Who Should Listen to Mr. Hockey
Hockey fans who have not yet encountered this autobiography should consider it genuinely necessary. Multiple reviewers, including one who compared it favorably to both Derek Sanderson’s memoir and Bobby Orr’s account, describe this as the best of the three and well worth seeking out specifically. Non-sports readers who respond to biographies of people who built significant lives with integrity and who want the story of a Depression-era childhood and a decades-long marriage alongside the professional achievements will find more here than the sports packaging suggests. Those looking for a purely tactical account of hockey strategy or deep statistical analysis of Howe’s career should look elsewhere: this is the life, not the ledger.
Frequently Asked Questions
Do I need to be a hockey fan to appreciate Mr. Hockey?
No. Multiple reviewers describe the book as inspirational specifically because it transcends sports, with the Depression-era childhood, the marriage to Colleen, and the family relationships functioning as the emotional core.

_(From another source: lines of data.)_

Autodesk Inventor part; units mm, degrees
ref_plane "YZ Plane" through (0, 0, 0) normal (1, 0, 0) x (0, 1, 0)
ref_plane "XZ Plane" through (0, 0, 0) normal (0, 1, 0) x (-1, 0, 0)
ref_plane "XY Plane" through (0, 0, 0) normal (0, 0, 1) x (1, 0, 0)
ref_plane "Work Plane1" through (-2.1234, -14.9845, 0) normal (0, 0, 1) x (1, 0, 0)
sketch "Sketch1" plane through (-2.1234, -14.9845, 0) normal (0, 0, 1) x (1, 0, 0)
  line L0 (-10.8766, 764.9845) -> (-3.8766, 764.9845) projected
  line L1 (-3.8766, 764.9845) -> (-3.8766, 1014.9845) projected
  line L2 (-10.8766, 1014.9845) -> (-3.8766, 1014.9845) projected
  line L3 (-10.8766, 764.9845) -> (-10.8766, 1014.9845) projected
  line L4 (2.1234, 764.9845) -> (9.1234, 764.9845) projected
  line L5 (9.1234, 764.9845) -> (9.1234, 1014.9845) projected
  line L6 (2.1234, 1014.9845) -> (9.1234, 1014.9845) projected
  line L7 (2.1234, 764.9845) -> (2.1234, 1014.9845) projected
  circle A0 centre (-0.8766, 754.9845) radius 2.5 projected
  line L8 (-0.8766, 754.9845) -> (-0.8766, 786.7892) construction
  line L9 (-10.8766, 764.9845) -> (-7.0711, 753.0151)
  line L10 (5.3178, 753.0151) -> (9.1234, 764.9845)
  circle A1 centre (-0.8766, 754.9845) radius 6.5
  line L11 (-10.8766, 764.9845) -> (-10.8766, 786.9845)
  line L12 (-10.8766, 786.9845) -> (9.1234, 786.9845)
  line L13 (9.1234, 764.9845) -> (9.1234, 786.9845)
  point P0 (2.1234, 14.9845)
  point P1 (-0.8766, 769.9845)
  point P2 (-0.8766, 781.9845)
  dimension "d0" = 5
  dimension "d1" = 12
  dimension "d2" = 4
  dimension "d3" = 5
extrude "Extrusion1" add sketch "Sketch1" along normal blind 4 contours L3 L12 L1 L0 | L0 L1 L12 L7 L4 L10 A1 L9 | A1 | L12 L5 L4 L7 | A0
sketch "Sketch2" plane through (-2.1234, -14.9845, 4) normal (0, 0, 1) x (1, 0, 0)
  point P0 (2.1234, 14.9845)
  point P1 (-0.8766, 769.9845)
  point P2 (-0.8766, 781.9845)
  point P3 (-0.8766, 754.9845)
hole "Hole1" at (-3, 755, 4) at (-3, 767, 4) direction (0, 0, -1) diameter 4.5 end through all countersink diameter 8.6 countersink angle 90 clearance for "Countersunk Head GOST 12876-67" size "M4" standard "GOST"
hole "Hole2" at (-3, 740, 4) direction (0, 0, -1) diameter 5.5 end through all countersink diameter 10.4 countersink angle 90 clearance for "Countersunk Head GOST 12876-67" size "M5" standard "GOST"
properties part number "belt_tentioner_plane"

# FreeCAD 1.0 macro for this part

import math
import FreeCAD as App
import Part
import Sketcher
from FreeCAD import Vector
Q = App.Units.Quantity

doc = App.newDocument("Part")
body = doc.addObject("PartDesign::Body", "Body")

sketch1 = body.newObject("Sketcher::SketchObject", "Sketch")
sketch1.AttachmentSupport = (doc.getObject("XY_Plane"), [""])
sketch1.MapMode = "FlatFace"
sketch1.addGeometry([
    Part.LineSegment(Vector(-13, 772, 0), Vector(-13, 750, 0)),
    Part.LineSegment(Vector(-13, 750, 0), Vector(-9, 738, 0)),
    Part.ArcOfCircle(Part.Circle(Vector(-3, 740, 0), Vector(0, 0, 1), 6), math.radians(-162), math.radians(-18)),
    Part.LineSegment(Vector(3, 738, 0), Vector(7, 750, 0)),
    Part.LineSegment(Vector(7, 750, 0), Vector(7, 772, 0)),
    Part.LineSegment(Vector(7, 772, 0), Vector(-13, 772, 0)),
], False)
sketch1.addConstraint([
    Sketcher.Constraint("Coincident", 0, 2, 1, 1),
    Sketcher.Constraint("Tangent", 1, 2, 2, 1),
    Sketcher.Constraint("Tangent", 2, 2, 3, 1),
    Sketcher.Constraint("Coincident", 3, 2, 4, 1),
    Sketcher.Constraint("Coincident", 4, 2, 5, 1),
    Sketcher.Constraint("Coincident", 5, 2, 0, 1),
    Sketcher.Constraint("Vertical", 0),
    Sketcher.Constraint("Vertical", 4),
    Sketcher.Constraint("Horizontal", 5),
    Sketcher.Constraint("Horizontal", 1, 2, 2, 2),
    Sketcher.Constraint("Horizontal", 0, 2, 3, 2),
    Sketcher.Constraint("Radius", 2, Q("6.5 mm")),
    Sketcher.Constraint("DistanceX", 5, 2, 5, 1, Q("20 mm")),
    Sketcher.Constraint("DistanceY", 0, 2, 0, 1, Q("22 mm")),
    Sketcher.Constraint("DistanceX", 2, 3, -1, 1, Q("3 mm")),
    Sketcher.Constraint("DistanceY", -1, 1, 2, 3, Q("740 mm")),
    Sketcher.Constraint("DistanceY", -1, 1, 0, 2, Q("750 mm")),
])
pad1 = body.newObject("PartDesign::Pad", "Pad")
pad1.Profile = sketch1
pad1.Length = 4

sketch2 = body.newObject("Sketcher::SketchObject", "Sketch001")
sketch2.AttachmentSupport = (doc.getObject("XY_Plane"), [""])
sketch2.MapMode = "FlatFace"
sketch2.AttachmentOffset = App.Placement(Vector(0, 0, 4), App.Rotation())
sketch2.addGeometry([
    Part.Circle(Vector(-3, 755, 0), Vector(0, 0, 1), 2.2),
    Part.Circle(Vector(-3, 767, 0), Vector(0, 0, 1), 2.2),
], False)
sketch2.addConstraint([
    Sketcher.Constraint("Equal", 0, 1),
    Sketcher.Constraint("Vertical", 0, 3, 1, 3),
    Sketcher.Constraint("Diameter", 0, Q("4.5 mm")),
    Sketcher.Constraint("DistanceX", 0, 3, -1, 1, Q("3 mm")),
    Sketcher.Constraint("DistanceY", -1, 1, 0, 3, Q("755 mm")),
    Sketcher.Constraint("DistanceY", -1, 1, 1, 3, Q("767 mm")),
])
doc.recompute()
hole = body.newObject("PartDesign::Hole", "Hole")
hole.Profile = sketch2
hole.ThreadType = "None"
hole.Diameter = 4.5
hole.DepthType = "ThroughAll"
hole.HoleCutType = "Countersink"
hole.HoleCutDiameter = 8.6
hole.HoleCutCountersinkAngle = 90

sketch3 = body.newObject("Sketcher::SketchObject", "Sketch002")
sketch3.AttachmentSupport = (doc.getObject("XY_Plane"), [""])
sketch3.MapMode = "FlatFace"
sketch3.AttachmentOffset = App.Placement(Vector(0, 0, 4), App.Rotation())
sketch3.addGeometry(Part.Circle(Vector(-3, 740, 0), Vector(0, 0, 1), 2.8), False)
sketch3.addConstraint([
    Sketcher.Constraint("Diameter", 0, Q("5.5 mm")),
    Sketcher.Constraint("DistanceX", 0, 3, -1, 1, Q("3 mm")),
    Sketcher.Constraint("DistanceY", -1, 1, 0, 3, Q("740 mm")),
])
doc.recompute()
hole2 = body.newObject("PartDesign::Hole", "Hole001")
hole2.Profile = sketch3
hole2.ThreadType = "None"
hole2.Diameter = 5.5
hole2.DepthType = "ThroughAll"
hole2.HoleCutType = "Countersink"
hole2.HoleCutDiameter = 10.4
hole2.HoleCutCountersinkAngle = 90

doc.recompute()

The hockey is the context, but the story is about a person.
How does Mr. Hockey compare to Bobby Orr’s autobiography and Derek Sanderson’s memoir as accounts of the same era?
One reviewer who read all three describes Sanderson’s book as hyperbolic but fun, Orr’s book as dull, and Mr. Hockey as a genuine delight. Howe’s balance of specific hockey memory, personal reflection, and the Depression-era context distinguishes it from both.
Does the book cover Gordie Howe’s time in the WHA and his return to the NHL at age 50 in sufficient depth?
Reviewers note that the later career, including the WHA years playing alongside his sons, receives less detailed treatment than the Red Wings years. The coverage is present but lighter than some fans would prefer. The WHA experience is described more in terms of its emotional significance, playing professionally with his sons, than in tactical or statistical detail.
Is Don Hagen’s narration appropriate for Howe’s first-person voice, given that Howe’s speaking style was known to be plainspoken and unpretentious?
Hagen matches the material well. His delivery has the combination of warmth and directness that suits Howe’s character, avoiding the theatrical quality that would feel wrong for a man whose public reputation was built on quiet competence rather than flamboyance.